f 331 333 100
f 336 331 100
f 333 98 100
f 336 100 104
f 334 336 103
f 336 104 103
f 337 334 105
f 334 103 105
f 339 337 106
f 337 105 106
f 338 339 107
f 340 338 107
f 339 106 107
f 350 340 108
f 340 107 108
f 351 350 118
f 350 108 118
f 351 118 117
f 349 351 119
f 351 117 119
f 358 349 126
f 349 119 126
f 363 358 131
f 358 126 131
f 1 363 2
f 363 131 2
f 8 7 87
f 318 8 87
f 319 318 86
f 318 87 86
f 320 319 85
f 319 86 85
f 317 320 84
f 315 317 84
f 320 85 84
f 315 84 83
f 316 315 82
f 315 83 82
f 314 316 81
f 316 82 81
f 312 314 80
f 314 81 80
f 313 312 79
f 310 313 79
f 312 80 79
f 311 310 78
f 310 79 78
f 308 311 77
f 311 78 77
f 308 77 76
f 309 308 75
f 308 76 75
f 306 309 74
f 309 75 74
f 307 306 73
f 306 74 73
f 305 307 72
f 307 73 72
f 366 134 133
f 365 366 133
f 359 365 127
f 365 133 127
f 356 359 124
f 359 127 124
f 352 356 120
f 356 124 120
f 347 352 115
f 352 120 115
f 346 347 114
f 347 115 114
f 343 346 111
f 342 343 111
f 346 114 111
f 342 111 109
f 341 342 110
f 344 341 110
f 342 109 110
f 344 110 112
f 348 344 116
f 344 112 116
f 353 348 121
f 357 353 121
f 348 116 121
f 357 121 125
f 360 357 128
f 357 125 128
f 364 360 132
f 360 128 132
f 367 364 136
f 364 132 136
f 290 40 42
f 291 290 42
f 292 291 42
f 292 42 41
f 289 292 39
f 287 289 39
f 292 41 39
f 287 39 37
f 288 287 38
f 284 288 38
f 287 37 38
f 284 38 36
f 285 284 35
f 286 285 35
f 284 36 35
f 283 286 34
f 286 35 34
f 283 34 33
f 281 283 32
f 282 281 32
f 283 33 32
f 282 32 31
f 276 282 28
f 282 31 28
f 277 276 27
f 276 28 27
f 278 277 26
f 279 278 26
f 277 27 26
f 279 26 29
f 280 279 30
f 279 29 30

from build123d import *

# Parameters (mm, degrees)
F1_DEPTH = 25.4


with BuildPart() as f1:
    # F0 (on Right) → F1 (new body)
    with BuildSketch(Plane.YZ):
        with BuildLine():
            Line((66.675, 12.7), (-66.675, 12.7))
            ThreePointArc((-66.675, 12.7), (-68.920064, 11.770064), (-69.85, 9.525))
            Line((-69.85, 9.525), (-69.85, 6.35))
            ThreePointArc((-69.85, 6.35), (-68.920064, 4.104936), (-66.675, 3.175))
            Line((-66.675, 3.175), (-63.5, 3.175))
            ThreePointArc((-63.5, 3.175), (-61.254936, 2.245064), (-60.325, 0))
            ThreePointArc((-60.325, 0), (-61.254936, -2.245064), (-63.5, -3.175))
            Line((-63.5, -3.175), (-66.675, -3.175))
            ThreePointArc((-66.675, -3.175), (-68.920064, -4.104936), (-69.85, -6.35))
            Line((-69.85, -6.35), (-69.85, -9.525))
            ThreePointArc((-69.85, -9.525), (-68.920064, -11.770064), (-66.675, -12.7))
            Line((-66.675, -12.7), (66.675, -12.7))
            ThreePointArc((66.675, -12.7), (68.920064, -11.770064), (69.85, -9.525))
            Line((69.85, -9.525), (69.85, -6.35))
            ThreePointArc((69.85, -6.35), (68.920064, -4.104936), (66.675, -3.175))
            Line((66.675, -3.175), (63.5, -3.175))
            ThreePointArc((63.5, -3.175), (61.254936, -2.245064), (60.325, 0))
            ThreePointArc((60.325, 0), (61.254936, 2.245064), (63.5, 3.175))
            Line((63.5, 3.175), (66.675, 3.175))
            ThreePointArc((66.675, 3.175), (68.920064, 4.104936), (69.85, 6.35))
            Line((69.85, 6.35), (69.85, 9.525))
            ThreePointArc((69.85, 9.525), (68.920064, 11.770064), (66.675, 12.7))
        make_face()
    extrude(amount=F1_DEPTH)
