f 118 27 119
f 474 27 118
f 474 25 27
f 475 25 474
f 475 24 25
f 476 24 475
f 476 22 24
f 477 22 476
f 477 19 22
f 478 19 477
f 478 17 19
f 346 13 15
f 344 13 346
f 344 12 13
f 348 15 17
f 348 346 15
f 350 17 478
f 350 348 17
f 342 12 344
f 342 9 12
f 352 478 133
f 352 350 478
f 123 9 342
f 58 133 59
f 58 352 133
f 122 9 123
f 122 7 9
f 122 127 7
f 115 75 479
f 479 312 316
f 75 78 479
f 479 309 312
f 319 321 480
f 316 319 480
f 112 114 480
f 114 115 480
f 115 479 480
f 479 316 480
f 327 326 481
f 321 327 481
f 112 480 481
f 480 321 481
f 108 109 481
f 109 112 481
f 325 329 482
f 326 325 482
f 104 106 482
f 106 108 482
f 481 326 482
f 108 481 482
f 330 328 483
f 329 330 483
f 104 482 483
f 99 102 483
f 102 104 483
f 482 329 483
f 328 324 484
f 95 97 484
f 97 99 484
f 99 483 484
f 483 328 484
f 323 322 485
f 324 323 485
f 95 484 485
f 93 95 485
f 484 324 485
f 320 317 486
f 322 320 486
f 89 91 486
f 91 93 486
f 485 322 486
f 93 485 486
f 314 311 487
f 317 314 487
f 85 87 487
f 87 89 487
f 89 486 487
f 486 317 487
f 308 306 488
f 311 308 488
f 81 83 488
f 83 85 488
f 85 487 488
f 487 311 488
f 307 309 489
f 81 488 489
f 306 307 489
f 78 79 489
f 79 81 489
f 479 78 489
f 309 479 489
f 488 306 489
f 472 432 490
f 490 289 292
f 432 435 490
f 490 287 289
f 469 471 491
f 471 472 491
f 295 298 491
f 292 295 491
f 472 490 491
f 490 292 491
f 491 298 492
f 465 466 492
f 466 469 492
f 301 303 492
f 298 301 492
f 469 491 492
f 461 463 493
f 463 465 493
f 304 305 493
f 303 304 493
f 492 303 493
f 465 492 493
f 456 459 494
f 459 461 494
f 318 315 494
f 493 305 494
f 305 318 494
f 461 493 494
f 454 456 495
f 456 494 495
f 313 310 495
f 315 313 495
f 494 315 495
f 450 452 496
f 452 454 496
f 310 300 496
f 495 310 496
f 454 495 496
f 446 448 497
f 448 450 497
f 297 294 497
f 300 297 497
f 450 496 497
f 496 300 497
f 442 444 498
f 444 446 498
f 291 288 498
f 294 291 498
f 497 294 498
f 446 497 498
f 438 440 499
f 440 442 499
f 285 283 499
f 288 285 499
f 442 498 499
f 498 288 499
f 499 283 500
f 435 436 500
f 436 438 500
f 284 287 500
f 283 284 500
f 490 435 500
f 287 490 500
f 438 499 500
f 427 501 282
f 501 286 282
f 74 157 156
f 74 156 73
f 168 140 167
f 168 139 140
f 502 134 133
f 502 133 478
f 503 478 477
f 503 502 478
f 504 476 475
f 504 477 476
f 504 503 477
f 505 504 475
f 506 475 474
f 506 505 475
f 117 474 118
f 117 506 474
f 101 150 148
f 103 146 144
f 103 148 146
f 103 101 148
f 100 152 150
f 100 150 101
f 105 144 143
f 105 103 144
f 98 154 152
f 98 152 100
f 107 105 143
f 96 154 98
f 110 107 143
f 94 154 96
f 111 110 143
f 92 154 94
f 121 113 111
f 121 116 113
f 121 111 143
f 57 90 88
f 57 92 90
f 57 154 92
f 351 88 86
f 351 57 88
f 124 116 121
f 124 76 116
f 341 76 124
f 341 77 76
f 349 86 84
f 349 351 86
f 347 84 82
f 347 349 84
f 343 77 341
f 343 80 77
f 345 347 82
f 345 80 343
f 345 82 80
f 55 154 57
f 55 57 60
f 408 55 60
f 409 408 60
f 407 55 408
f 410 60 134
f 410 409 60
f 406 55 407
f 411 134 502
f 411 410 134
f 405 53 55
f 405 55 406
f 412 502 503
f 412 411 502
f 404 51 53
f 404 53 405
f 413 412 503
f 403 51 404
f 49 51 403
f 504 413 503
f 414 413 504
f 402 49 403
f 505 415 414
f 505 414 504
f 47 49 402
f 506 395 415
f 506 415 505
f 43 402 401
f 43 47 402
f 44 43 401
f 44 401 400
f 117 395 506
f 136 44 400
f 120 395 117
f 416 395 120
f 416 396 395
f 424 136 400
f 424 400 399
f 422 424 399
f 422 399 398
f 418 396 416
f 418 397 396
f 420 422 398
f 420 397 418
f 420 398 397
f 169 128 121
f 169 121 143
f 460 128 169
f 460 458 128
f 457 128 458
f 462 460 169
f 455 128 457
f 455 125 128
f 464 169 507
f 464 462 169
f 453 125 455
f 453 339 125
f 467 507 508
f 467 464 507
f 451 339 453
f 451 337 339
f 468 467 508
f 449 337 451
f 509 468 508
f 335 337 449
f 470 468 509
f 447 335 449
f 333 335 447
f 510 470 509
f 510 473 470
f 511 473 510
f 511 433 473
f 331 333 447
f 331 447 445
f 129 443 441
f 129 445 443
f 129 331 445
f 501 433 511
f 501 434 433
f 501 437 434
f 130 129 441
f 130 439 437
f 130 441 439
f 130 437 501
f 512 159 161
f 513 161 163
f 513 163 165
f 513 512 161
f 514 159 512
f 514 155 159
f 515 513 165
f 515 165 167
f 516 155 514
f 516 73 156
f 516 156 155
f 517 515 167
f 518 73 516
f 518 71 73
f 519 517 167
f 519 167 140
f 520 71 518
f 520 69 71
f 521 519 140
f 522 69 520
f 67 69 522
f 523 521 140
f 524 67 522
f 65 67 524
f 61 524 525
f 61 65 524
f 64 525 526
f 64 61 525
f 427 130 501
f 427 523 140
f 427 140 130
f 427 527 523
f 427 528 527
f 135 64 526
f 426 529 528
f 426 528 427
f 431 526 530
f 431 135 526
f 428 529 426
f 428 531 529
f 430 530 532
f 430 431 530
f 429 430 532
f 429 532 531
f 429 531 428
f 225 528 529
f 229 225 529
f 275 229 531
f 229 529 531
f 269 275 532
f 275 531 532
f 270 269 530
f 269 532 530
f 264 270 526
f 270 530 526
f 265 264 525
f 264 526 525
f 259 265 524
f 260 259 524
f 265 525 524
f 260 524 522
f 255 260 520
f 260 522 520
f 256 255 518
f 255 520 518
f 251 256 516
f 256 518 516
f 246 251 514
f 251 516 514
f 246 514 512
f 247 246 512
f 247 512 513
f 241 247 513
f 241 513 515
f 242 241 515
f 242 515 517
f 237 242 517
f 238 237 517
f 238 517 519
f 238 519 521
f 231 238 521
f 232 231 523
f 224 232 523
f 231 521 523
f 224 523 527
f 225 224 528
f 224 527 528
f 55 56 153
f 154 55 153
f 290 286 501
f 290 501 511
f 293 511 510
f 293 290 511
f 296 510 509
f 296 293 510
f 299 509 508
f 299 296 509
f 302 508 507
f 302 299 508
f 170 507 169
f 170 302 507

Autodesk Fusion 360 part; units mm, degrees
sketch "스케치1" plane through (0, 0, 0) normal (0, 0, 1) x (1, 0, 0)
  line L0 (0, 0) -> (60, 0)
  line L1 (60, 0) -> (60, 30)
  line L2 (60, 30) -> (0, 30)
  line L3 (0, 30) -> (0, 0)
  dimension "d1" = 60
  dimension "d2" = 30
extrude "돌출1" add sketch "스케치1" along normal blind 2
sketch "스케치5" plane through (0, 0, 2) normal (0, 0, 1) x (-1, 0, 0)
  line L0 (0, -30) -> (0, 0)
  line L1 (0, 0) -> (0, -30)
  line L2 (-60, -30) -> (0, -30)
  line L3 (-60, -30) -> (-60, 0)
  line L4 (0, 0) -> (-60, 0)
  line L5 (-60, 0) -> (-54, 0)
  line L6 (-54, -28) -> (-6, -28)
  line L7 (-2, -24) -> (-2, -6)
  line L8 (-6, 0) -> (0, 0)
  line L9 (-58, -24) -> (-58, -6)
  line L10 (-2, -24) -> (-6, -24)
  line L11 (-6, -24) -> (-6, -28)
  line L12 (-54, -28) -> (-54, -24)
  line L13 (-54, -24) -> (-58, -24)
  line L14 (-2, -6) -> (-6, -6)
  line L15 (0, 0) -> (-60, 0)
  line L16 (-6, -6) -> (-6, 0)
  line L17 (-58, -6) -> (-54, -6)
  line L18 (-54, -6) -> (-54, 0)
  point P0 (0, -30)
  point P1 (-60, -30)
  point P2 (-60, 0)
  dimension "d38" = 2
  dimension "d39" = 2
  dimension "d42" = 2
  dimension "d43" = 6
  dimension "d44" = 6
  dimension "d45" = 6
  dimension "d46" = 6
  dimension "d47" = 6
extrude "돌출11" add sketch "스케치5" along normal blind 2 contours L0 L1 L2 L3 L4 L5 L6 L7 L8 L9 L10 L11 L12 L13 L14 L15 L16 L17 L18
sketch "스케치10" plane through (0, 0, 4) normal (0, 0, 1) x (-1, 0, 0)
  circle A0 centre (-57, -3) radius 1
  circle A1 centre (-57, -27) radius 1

### EXERCISE AIM
Set down only the lines above that fall between the line holding "f 325 329 482" and the line holding "f 490 435 500", inclusive, keeping each exact.

### RESPONSE BOX
f 325 329 482
f 326 325 482
f 104 106 482
f 106 108 482
f 481 326 482
f 108 481 482
f 330 328 483
f 329 330 483
f 104 482 483
f 99 102 483
f 102 104 483
f 482 329 483
f 328 324 484
f 95 97 484
f 97 99 484
f 99 483 484
f 483 328 484
f 323 322 485
f 324 323 485
f 95 484 485
f 93 95 485
f 484 324 485
f 320 317 486
f 322 320 486
f 89 91 486
f 91 93 486
f 485 322 486
f 93 485 486
f 314 311 487
f 317 314 487
f 85 87 487
f 87 89 487
f 89 486 487
f 486 317 487
f 308 306 488
f 311 308 488
f 81 83 488
f 83 85 488
f 85 487 488
f 487 311 488
f 307 309 489
f 81 488 489
f 306 307 489
f 78 79 489
f 79 81 489
f 479 78 489
f 309 479 489
f 488 306 489
f 472 432 490
f 490 289 292
f 432 435 490
f 490 287 289
f 469 471 491
f 471 472 491
f 295 298 491
f 292 295 491
f 472 490 491
f 490 292 491
f 491 298 492
f 465 466 492
f 466 469 492
f 301 303 492
f 298 301 492
f 469 491 492
f 461 463 493
f 463 465 493
f 304 305 493
f 303 304 493
f 492 303 493
f 465 492 493
f 456 459 494
f 459 461 494
f 318 315 494
f 493 305 494
f 305 318 494
f 461 493 494
f 454 456 495
f 456 494 495
f 313 310 495
f 315 313 495
f 494 315 495
f 450 452 496
f 452 454 496
f 310 300 496
f 495 310 496
f 454 495 496
f 446 448 497
f 448 450 497
f 297 294 497
f 300 297 497
f 450 496 497
f 496 300 497
f 442 444 498
f 444 446 498
f 291 288 498
f 294 291 498
f 497 294 498
f 446 497 498
f 438 440 499
f 440 442 499
f 285 283 499
f 288 285 499
f 442 498 499
f 498 288 499
f 499 283 500
f 435 436 500
f 436 438 500
f 284 287 500
f 283 284 500
f 490 435 500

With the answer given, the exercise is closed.